Thanks for sharing the data point about Nexus compatibility. I was hoping to keep my Dell Venues because of the larger 8" screen and MicroSD card slot.


----------



## dualsub2006 (Aug 29, 2007)

I'd pay a lot to have a Nexus 8, and when I was getting my new Nexus 7 the other day I did look at the 8" Dell, but I'm so tired of delayed updates and custom skins that I don't do anything but Nexus now. 

I have a friend with this Dell tablet and a GenieGo. The GG app force closes on startup for him every single time. 

The D* tablet app starts up and runs, but force closes a lot.

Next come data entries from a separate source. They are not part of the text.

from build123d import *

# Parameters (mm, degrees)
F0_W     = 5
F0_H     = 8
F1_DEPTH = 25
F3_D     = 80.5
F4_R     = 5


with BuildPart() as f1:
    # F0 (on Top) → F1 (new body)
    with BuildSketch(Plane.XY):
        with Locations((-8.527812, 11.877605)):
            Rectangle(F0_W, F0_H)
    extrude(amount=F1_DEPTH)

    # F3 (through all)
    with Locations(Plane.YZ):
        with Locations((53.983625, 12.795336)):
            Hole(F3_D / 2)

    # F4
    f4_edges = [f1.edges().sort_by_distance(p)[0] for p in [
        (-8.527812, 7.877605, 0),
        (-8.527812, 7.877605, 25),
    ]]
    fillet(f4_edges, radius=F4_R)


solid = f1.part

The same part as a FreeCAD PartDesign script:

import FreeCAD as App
import Part
import Sketcher

V = App.Vector


def edges_at(feature, points):
    """Names of the edges that pass closest to the given points."""
    edges = feature.Shape.Edges
    near = lambda p: min(range(len(edges)), key=lambda i: edges[i].distToShape(Part.Vertex(*p))[0])
    return sorted({f"Edge{near(p) + 1}" for p in points})

doc = App.newDocument("Part")
body = doc.addObject("PartDesign::Body", "Body")

# Sketch on XY plane
sketch1 = doc.addObject("Sketcher::SketchObject", "Sketch")
body.addObject(sketch1)
sketch1.AttachmentSupport = (doc.XY_Plane, [""])
sketch1.MapMode = "FlatFace"
sketch1.addGeometry([
    Part.LineSegment(V(-11.027812, 15.877605, 0), V(-11.027812, 7.877605, 0)),
    Part.LineSegment(V(-11.027812, 7.877605, 0), V(-6.027812, 7.877605, 0)),
    Part.LineSegment(V(-6.027812, 7.877605, 0), V(-6.027812, 15.877605, 0)),
    Part.LineSegment(V(-6.027812, 15.877605, 0), V(-11.027812, 15.877605, 0)),
], False)
sketch1.addConstraint([
    Sketcher.Constraint("Coincident", 0, 2, 1, 1),
    Sketcher.Constraint("Coincident", 1, 2, 2, 1),
    Sketcher.Constraint("Coincident", 2, 2, 3, 1),
    Sketcher.Constraint("Coincident", 3, 2, 0, 1),
    Sketcher.Constraint("Vertical", 0),
    Sketcher.Constraint("Horizontal", 1),
    Sketcher.Constraint("Vertical", 2),
    Sketcher.Constraint("Horizontal", 3),
    Sketcher.Constraint("DistanceX", 1, 1, 1, 2, 5.0),
    Sketcher.Constraint("DistanceY", 0, 2, 0, 1, 8.0),
    Sketcher.Constraint("DistanceX", 0, 2, -1, 1, 11.027812),
    Sketcher.Constraint("DistanceY", -1, 1, 0, 2, 7.877605),
])
pad1 = doc.addObject("PartDesign::Pad", "Pad")
body.addObject(pad1)
pad1.Profile = sketch1
pad1.Length = 25

# Sketch on YZ plane
sketch2 = doc.addObject("Sketcher::SketchObject", "Sketch001")
body.addObject(sketch2)
sketch2.AttachmentSupport = (doc.YZ_Plane, [""])
sketch2.MapMode = "FlatFace"
sketch2.addGeometry(Part.Circle(V(53.983625, 12.795336, 0), V(0, 0, 1), 40.25), False)
sketch2.addConstraint([
    Sketcher.Constraint("Diameter", 0, 80.5),
    Sketcher.Constraint("DistanceX", -1, 1, 0, 3, 53.983625),
    Sketcher.Constraint("DistanceY", -1, 1, 0, 3, 12.795336),
])
doc.recompute()
hole = doc.addObject("PartDesign::Hole", "Hole")
body.addObject(hole)
hole.Profile = sketch2
hole.ThreadType = "None"
hole.Diameter = 80.5
hole.DepthType = "ThroughAll"
doc.recompute()

fillet = doc.addObject("PartDesign::Fillet", "Fillet")
body.addObject(fillet)
fillet.Base = (hole, edges_at(hole, [(-8.528, 7.878, 0), (-8.528, 7.878, 25)]))
fillet.Radius = 5

doc.recompute()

It doesn't show the content from all of his DVR's and trying to stream leads to an instant force close. Hulu streams audio, but the video is blacked out. 

He uses his Nexus 7 with the D* apps and Hulu+


----------



## BMWBig6 (Jun 18, 2007)

Does anybody else with an Android tablet have this issue? I see that the DirecTV app for Android was updated on 12/27, but not the GenieGo app (which still doesn't work). Does anyone know when will the next GenieGo update be released? (Or when will the GenieGo functions be merged with the DirecTV app like the Apple iOS version?)


----------



## mreaves53 (Oct 25, 2008)

I can not get either the Genie Go app or the Directv app for tablets to work on my new Galaxy Tab 3 running Adnroid 4.2. Both work perfectly on my old Toshiba Thrive running Android 4.1. Any insights would be great.


----------



## BMWBig6 (Jun 18, 2007)

I can get the DirecTV app to work on my tablet, but it's the "for Phones" version. Try to go to the Google Play store, find the DirecTV app, scroll down to other apps by same developer, and the phone version will show up in the list. See if that will install for you. GenieGo is another story, I can't get it to open at all.


----------



## BMWBig6 (Jun 18, 2007)

An interesting development: when you go to view the other apps by Developer "DirecTV" the other version of GenieGo "for tablets" is no longer visible (for me). I don't know if that means they marked it incompatible or if they pulled it off the Play Store.


----------



## dazed&confuzed (Mar 10, 2008)

mreaves53 said:


> I can not get either the Genie Go app or the Directv app for tablets to work on my new Galaxy Tab 3 running Adnroid 4.2. Both work perfectly on my old Toshiba Thrive running Android 4.1. Any insights would be great.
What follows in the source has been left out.